##### THE DATA
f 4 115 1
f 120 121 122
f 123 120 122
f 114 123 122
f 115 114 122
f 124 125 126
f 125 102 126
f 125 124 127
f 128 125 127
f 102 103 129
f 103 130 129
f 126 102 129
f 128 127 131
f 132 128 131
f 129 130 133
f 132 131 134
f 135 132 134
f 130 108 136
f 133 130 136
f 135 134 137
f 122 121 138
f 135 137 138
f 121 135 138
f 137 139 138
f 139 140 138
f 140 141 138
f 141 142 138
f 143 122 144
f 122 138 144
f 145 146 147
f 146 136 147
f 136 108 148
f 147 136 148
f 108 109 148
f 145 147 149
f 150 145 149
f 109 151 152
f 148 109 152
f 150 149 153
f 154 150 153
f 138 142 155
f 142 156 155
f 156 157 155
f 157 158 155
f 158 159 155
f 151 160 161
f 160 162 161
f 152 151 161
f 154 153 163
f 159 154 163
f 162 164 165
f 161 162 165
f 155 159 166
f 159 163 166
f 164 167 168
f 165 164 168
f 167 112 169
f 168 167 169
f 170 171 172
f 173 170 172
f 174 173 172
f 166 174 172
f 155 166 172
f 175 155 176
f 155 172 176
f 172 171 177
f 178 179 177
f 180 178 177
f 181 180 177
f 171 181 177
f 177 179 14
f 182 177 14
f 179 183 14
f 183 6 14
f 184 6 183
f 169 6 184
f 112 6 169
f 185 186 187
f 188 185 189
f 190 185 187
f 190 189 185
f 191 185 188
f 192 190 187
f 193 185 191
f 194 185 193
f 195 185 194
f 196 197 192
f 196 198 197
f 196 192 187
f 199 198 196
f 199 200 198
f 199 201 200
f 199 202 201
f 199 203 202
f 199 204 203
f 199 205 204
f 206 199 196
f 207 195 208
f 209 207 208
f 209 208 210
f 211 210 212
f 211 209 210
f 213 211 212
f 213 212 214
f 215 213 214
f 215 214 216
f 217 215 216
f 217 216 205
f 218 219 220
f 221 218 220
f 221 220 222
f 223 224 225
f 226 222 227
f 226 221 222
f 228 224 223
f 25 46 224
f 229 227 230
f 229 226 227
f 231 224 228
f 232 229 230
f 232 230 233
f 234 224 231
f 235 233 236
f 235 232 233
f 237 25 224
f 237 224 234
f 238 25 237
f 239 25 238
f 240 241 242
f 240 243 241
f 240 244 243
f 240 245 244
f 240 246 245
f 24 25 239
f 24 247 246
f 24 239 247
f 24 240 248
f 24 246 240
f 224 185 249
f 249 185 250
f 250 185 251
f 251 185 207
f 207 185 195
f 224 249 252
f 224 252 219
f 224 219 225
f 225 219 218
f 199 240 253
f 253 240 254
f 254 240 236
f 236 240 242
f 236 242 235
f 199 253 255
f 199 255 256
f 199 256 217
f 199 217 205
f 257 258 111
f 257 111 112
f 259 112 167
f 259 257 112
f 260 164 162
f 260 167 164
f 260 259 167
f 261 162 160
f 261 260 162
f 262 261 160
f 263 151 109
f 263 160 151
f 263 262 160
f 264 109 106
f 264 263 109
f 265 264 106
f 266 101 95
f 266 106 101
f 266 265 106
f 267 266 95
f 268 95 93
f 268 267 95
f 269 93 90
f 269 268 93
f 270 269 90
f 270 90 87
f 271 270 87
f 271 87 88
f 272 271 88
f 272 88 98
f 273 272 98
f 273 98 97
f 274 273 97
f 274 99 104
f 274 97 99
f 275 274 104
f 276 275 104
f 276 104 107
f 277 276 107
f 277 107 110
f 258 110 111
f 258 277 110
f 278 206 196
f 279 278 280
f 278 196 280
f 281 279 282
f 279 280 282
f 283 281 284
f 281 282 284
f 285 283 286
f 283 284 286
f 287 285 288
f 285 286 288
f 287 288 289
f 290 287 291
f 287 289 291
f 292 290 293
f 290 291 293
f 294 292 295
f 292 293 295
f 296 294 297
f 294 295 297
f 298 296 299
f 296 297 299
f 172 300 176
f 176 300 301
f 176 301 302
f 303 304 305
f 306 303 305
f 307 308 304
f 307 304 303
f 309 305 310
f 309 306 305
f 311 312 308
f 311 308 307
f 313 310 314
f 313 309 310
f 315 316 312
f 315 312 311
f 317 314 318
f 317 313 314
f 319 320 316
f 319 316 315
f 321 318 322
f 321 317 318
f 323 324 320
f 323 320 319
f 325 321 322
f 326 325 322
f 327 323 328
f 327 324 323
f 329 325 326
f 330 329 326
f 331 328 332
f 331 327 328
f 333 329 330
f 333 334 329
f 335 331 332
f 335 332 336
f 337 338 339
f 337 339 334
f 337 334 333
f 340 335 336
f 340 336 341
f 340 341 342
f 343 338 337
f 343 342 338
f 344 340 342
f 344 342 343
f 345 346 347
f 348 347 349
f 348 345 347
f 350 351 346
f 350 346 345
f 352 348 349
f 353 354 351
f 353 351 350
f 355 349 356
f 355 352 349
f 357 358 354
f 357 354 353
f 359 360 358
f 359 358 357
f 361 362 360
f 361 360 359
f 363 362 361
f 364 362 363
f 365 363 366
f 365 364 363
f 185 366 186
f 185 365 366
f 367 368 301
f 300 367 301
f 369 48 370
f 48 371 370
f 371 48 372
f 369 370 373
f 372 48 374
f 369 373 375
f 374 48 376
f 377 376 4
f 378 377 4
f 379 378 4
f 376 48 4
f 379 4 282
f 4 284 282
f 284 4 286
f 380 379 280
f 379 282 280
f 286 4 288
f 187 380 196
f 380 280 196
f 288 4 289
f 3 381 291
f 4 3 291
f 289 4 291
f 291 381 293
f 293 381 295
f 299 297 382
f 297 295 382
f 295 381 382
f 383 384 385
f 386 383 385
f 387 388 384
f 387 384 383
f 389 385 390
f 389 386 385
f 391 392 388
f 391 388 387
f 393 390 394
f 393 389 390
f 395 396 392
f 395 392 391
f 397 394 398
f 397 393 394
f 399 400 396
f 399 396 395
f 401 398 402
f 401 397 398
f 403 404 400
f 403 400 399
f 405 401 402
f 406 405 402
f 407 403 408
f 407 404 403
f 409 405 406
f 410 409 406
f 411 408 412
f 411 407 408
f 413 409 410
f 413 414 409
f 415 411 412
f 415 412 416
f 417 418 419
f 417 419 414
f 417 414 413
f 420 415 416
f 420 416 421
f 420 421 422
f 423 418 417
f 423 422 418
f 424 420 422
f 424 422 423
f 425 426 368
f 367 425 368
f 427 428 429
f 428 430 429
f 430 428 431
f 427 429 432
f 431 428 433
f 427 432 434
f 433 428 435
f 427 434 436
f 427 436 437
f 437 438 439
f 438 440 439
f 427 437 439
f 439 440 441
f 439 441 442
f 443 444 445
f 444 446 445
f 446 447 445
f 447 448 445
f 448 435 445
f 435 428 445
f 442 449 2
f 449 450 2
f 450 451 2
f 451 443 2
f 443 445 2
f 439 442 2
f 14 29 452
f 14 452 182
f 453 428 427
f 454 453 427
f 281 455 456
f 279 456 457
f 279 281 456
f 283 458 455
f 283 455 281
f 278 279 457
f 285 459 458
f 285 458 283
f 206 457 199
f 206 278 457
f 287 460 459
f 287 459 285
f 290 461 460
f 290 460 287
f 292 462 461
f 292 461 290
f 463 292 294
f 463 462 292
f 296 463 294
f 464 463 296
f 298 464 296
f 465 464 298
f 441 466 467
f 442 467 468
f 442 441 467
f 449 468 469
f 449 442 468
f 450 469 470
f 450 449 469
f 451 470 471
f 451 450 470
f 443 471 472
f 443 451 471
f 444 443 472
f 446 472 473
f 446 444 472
##########
▶ _ACTIVITY_: Nothing should be returned except the lines from the one containing "f 296 463 294" through the last line of the data, each restated word for word.

▶ _THE COMPLETED TASK_:
f 296 463 294
f 464 463 296
f 298 464 296
f 465 464 298
f 441 466 467
f 442 467 468
f 442 441 467
f 449 468 469
f 449 442 468
f 450 469 470
f 450 449 469
f 451 470 471
f 451 450 470
f 443 471 472
f 443 451 471
f 444 443 472
f 446 472 473
f 446 444 472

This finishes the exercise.